Bradford City Association Football Club is a football club in Bradford, West Yorkshire, England, which plays in League Two, the fourth tier of English football.

The club was founded in 1903 and immediately elected into the Football League Second Division. Promotion to the top tier followed in 1908 and the club won the FA Cup in 1911, its only major honour. After relegation in 1922 from Division One, the club spent 77 years outside the top flight until promotion to the Premier League in 1999. Relegation followed in 2000–01 and since then a series of financial crises have pushed the club to the brink of closure and resulted in two more relegations to League Two. In the 2012-13 season, they became the first team from the fourth tier of English football to reach the League Cup Final, losing 5–0 to Swansea City. In the same season, they returned to Wembley for the playoff final and won promotion to League One with a 3–0 win over Northampton Town.

The club's colours are claret and amber and they play home games at Valley Parade.
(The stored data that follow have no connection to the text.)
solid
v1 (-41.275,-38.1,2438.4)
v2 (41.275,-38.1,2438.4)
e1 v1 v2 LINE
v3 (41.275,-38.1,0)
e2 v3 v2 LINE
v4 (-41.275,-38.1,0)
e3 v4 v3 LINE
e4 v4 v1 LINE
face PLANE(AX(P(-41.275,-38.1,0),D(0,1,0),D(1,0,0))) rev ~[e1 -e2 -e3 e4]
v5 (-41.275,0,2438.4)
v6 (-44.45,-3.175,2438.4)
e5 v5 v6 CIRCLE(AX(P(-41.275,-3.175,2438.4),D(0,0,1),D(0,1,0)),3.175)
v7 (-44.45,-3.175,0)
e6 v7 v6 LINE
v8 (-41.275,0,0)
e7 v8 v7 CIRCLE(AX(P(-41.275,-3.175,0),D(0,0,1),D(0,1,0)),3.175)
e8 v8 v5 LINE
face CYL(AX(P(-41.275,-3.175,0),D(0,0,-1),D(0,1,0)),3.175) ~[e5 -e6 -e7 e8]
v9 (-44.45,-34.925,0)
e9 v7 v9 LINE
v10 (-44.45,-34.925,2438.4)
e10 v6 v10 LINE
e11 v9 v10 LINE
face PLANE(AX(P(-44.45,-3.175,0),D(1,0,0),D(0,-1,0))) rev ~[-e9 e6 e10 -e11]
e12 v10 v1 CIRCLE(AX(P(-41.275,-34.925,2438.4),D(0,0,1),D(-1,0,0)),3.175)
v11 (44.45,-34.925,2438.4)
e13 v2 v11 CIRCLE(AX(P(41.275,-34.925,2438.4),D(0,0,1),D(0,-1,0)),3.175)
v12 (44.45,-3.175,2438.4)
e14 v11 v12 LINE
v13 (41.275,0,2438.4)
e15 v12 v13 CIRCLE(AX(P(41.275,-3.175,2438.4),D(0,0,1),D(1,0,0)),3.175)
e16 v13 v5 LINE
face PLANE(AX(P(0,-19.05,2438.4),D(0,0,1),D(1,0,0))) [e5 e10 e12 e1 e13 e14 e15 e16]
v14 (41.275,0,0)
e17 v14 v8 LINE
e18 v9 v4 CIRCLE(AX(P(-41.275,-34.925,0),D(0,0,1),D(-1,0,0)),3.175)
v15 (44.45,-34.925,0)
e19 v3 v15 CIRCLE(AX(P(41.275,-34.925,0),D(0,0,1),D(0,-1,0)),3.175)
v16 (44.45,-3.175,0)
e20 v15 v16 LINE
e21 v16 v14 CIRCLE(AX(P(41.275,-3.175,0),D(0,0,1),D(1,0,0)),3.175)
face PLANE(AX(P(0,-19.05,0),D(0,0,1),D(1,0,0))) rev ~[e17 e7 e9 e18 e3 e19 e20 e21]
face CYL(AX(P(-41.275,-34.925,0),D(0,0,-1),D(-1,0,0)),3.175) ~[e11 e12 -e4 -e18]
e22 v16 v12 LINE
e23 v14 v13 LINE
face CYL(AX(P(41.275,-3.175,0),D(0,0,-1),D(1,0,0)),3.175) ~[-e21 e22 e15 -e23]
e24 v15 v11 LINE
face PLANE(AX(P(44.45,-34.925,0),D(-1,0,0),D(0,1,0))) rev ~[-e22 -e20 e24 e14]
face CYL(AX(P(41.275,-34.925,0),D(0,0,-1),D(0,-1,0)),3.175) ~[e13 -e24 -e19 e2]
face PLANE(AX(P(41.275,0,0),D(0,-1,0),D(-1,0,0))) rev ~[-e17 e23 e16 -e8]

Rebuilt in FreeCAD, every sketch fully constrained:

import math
import FreeCAD as App
import Part
import Sketcher
Q = App.Units.Quantity

doc = App.newDocument("Part")
params = doc.addObject("Spreadsheet::Sheet", "Params")
for row, (alias, value) in enumerate([
    ("sketch1_radius", "0.125 in"),
    ("sketch1_width", "3.25 in"),
    ("sketch1_height", "1.25 in"),
    ("pad1_length", "96 in"),
], start=1):
    params.set(f"A{row}", alias)
    params.set(f"B{row}", "=" + value)
    params.setAlias(f"B{row}", alias)

body = doc.addObject("PartDesign::Body", "Body")

# Sketch on XY plane
sketch1 = body.newObject("Sketcher::SketchObject", "Sketch")
sketch1.AttachmentSupport = (doc.getObject("XY_Plane"), [""])
sketch1.MapMode = "FlatFace"
sketch1.addGeometry([
    Part.LineSegment(App.Vector(-61.6, 13.4, 0), App.Vector(-144.2, 13.4, 0)),  # 0
    Part.ArcOfCircle(Part.Circle(App.Vector(-144.2, 10.2, 0), App.Vector(0, 0, 1), 3.2), math.radians(90), math.radians(180)),  # 1
    Part.LineSegment(App.Vector(-147.4, 10.2, 0), App.Vector(-147.4, -21.5, 0)),  # 2
    Part.ArcOfCircle(Part.Circle(App.Vector(-144.2, -21.5, 0), App.Vector(0, 0, 1), 3.2), math.radians(180), math.radians(270)),  # 3
    Part.LineSegment(App.Vector(-144.2, -24.7, 0), App.Vector(-61.6, -24.7, 0)),  # 4
    Part.ArcOfCircle(Part.Circle(App.Vector(-61.6, -21.5, 0), App.Vector(0, 0, 1), 3.2), math.radians(-90), math.radians(0)),  # 5
    Part.LineSegment(App.Vector(-58.5, -21.5, 0), App.Vector(-58.5, 10.2, 0)),  # 6
    Part.ArcOfCircle(Part.Circle(App.Vector(-61.6, 10.2, 0), App.Vector(0, 0, 1), 3.2), math.radians(0), math.radians(90)),  # 7
], False)
sketch1.addConstraint([
    Sketcher.Constraint("Tangent", 0, 2, 1, 1),
    Sketcher.Constraint("Tangent", 1, 2, 2, 1),
    Sketcher.Constraint("Tangent", 2, 2, 3, 1),
    Sketcher.Constraint("Tangent", 3, 2, 4, 1),
    Sketcher.Constraint("Tangent", 4, 2, 5, 1),
    Sketcher.Constraint("Tangent", 5, 2, 6, 1),
    Sketcher.Constraint("Tangent", 6, 2, 7, 1),
    Sketcher.Constraint("Tangent", 7, 2, 0, 1),
    Sketcher.Constraint("Horizontal", 0),
    Sketcher.Constraint("Vertical", 2),
    Sketcher.Constraint("Horizontal", 4),
    Sketcher.Constraint("Vertical", 6),
    Sketcher.Constraint("Equal", 1, 3),
    Sketcher.Constraint("Equal", 3, 5),
    Sketcher.Constraint("Equal", 5, 7),
    Sketcher.Constraint("Radius", 1, Q("0.125 in")),
    Sketcher.Constraint("DistanceX", 0, 2, 0, 1, Q("3.25 in")),
    Sketcher.Constraint("DistanceY", 2, 2, 2, 1, Q("1.25 in")),
    Sketcher.Constraint("DistanceX", 1, 3, -1, 1, 144.179576),
    Sketcher.Constraint("DistanceY", -1, 1, 1, 3, 10.238597),
])
sketch1.setExpression("Constraints[15]", "Params.sketch1_radius")
sketch1.setExpression("Constraints[16]", "Params.sketch1_width")
sketch1.setExpression("Constraints[17]", "Params.sketch1_height")
pad1 = body.newObject("PartDesign::Pad", "Pad")
pad1.Profile = sketch1
pad1.setExpression("Length", "Params.pad1_length")
body2 = doc.addObject("PartDesign::Body", "Body001")
doc.recompute()

body.Placement = App.Placement(App.Vector(102.904576, -13.413597, 0), App.Rotation(App.Vector(0, 0, 1), 0))
boolean = body2.newObject("PartDesign::Boolean", "Boolean")
boolean.Type = "Fuse"
boolean.addObjects([body])

doc.recompute()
The ground was the site of the Bradford City stadium fire on 11 May 1985 which took the lives of 56 supporters.

Stuart McCall, the current manager, was appointed in June 2016.

Colours and Club Crest[]

Bradford City is the only professional football club in England to wear claret and amber. The club colours were inherited from Manningham FC, when the club converted to football upon Bradford City's foundation in 1903. However, whereas Manningham played in hoops, the new football club adopted claret and amber stripes. Manningham RFC adopted the colours in 1884 before the move to Valley Parade in 1886. Having originally worn black shirts with white shorts, the club's first game in claret and amber was against Hull on 20 September 1884, at Carlisle Road.
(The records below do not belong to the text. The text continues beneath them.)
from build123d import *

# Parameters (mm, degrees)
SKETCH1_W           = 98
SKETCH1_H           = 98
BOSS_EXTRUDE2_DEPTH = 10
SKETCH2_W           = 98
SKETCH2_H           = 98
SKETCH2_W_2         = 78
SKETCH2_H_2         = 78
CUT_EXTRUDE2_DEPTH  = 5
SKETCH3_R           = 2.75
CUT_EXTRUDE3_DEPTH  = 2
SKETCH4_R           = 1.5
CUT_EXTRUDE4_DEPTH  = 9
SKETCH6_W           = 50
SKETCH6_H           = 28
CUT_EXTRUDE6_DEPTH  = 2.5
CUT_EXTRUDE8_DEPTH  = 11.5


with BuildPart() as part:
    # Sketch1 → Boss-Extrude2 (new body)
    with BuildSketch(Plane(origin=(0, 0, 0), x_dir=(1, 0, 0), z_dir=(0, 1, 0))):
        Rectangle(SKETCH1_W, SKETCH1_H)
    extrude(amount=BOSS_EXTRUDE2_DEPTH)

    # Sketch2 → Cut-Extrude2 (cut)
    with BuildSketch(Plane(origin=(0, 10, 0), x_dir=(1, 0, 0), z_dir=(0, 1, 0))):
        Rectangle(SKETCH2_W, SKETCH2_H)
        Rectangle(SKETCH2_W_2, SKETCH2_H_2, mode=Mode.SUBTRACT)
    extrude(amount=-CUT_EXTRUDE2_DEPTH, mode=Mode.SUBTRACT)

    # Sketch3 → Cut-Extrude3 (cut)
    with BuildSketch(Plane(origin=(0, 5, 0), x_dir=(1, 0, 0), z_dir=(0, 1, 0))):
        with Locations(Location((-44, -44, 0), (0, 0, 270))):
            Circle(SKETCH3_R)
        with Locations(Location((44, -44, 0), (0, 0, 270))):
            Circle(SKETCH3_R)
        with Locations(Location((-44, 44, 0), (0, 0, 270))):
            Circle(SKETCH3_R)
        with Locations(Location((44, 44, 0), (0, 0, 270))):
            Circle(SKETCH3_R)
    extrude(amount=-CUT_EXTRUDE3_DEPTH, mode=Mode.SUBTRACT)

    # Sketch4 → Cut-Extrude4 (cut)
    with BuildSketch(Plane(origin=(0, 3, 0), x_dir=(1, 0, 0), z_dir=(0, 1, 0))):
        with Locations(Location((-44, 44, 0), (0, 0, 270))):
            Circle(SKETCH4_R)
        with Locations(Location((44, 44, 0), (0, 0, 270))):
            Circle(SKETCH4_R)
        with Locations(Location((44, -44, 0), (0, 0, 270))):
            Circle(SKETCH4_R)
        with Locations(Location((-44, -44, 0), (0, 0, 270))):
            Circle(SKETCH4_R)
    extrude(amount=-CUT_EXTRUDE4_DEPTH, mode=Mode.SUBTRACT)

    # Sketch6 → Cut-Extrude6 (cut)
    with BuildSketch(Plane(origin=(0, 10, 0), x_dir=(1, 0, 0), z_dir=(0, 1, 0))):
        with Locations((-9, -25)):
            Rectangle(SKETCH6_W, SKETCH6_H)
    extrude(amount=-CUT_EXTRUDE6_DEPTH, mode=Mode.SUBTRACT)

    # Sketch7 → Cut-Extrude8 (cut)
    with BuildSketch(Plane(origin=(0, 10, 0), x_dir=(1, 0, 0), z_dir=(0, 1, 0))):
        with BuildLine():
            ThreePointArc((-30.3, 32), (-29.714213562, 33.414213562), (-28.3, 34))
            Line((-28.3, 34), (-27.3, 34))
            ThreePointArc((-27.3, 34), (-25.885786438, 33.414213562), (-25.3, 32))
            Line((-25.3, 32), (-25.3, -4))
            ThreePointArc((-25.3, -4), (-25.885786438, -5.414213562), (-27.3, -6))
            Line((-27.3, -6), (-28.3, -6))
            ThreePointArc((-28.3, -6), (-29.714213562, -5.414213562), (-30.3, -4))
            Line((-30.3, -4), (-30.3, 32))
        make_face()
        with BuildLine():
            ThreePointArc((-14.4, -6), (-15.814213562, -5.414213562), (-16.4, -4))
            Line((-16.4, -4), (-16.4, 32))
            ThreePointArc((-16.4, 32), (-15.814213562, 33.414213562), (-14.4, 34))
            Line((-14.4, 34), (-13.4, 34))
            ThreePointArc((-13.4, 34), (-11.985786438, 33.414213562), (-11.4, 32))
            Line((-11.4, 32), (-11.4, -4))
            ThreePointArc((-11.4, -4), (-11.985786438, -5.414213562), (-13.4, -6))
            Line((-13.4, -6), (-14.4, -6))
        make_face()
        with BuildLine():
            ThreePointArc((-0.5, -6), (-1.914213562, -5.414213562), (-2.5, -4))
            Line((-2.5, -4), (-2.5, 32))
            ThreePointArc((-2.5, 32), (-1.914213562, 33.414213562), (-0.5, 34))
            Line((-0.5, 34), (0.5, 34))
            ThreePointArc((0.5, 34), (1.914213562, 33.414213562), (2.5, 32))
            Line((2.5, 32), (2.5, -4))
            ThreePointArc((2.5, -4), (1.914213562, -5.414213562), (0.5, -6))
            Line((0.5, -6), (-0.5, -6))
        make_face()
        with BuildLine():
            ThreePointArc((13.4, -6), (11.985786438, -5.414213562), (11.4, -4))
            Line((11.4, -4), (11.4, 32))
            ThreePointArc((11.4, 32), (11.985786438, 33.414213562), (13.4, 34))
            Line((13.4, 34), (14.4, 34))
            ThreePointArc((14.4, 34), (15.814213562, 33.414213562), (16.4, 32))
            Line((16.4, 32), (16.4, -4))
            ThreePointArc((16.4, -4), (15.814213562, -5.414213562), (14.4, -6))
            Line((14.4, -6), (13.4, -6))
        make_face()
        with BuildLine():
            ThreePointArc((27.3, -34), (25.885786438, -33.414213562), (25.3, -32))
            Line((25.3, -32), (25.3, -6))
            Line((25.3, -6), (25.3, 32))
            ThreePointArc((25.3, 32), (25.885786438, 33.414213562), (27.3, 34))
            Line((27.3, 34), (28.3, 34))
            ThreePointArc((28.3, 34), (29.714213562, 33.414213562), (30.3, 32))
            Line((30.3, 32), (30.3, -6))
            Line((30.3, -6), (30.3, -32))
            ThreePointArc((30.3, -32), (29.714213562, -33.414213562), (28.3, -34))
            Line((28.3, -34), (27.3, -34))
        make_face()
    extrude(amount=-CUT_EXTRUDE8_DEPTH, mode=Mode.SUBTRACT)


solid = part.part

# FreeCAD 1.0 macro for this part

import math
import FreeCAD as App
import Part
import Sketcher
from FreeCAD import Vector
Q = App.Units.Quantity

doc = App.newDocument("Part")
body = doc.addObject("PartDesign::Body", "Body")

sketch1 = body.newObject("Sketcher::SketchObject", "Sketch")
sketch1.AttachmentSupport = (doc.getObject("XZ_Plane"), [""])
sketch1.MapMode = "FlatFace"
sketch1.addGeometry(Part.LineSegment(Vector(-49, -49, 0), Vector(-49, 49, 0)), False)
sketch1.addGeometry(Part.LineSegment(Vector(-49, 49, 0), Vector(49, 49, 0)), False)
sketch1.addGeometry(Part.LineSegment(Vector(49, 49, 0), Vector(49, -49, 0)), False)
sketch1.addGeometry(Part.LineSegment(Vector(49, -49, 0), Vector(-49, -49, 0)), False)
sketch1.addConstraint(Sketcher.Constraint("Coincident", 0, 2, 1, 1))
sketch1.addConstraint(Sketcher.Constraint("Coincident", 1, 2, 2, 1))
sketch1.addConstraint(Sketcher.Constraint("Coincident", 2, 2, 3, 1))
sketch1.addConstraint(Sketcher.Constraint("Coincident", 3, 2, 0, 1))
sketch1.addConstraint(Sketcher.Constraint("Vertical", 0))
sketch1.addConstraint(Sketcher.Constraint("Horizontal", 1))
sketch1.addConstraint(Sketcher.Constraint("Vertical", 2))
sketch1.addConstraint(Sketcher.Constraint("Horizontal", 3))
sketch1.addConstraint(Sketcher.Constraint("Symmetric", 0, 2, 2, 2, -1, 1))
sketch1.addConstraint(Sketcher.Constraint("Equal", 3, 0))
sketch1.addConstraint(Sketcher.Constraint("DistanceX", 1, 1, 1, 2, Q("98 mm")))
pad1 = body.newObject("PartDesign::Pad", "Pad")
pad1.Profile = sketch1
pad1.Length = 10
pad1.Reversed = True

sketch2 = body.newObject("Sketcher::SketchObject", "Sketch001")
sketch2.AttachmentSupport = (doc.getObject("XZ_Plane"), [""])
sketch2.MapMode = "FlatFace"
sketch2.AttachmentOffset = App.Placement(Vector(0, 0, -10), App.Rotation())
sketch2.addGeometry(Part.LineSegment(Vector(-49, -49, 0), Vector(-49, 49, 0)), False)
sketch2.addGeometry(Part.LineSegment(Vector(-49, 49, 0), Vector(49, 49, 0)), False)
sketch2.addGeometry(Part.LineSegment(Vector(49, 49, 0), Vector(49, -49, 0)), False)
sketch2.addGeometry(Part.LineSegment(Vector(49, -49, 0), Vector(-49, -49, 0)), False)
sketch2.addGeometry(Part.LineSegment(Vector(39, 39, 0), Vector(-39, 39, 0)), False)
sketch2.addGeometry(Part.LineSegment(Vector(-39, 39, 0), Vector(-39, -39, 0)), False)
sketch2.addGeometry(Part.LineSegment(Vector(-39, -39, 0), Vector(39, -39, 0)), False)
sketch2.addGeometry(Part.LineSegment(Vector(39, -39, 0), Vector(39, 39, 0)), False)
sketch2.addConstraint(Sketcher.Constraint("Coincident", 0, 2, 1, 1))
sketch2.addConstraint(Sketcher.Constraint("Coincident", 1, 2, 2, 1))
sketch2.addConstraint(Sketcher.Constraint("Coincident", 2, 2, 3, 1))
sketch2.addConstraint(Sketcher.Constraint("Coincident", 3, 2, 0, 1))
sketch2.addConstraint(Sketcher.Constraint("Coincident", 4, 2, 5, 1))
The reason Manningham chose claret and amber is not documented but it was the same colours of The Prince of Wales's Own West Yorkshire Regiment, which was based at Belle Vue Barracks on nearby Manningham Lane. Both Manningham, from 1886, and Bradford City, from 1903 to 1908, used the barracks as changing and club rooms.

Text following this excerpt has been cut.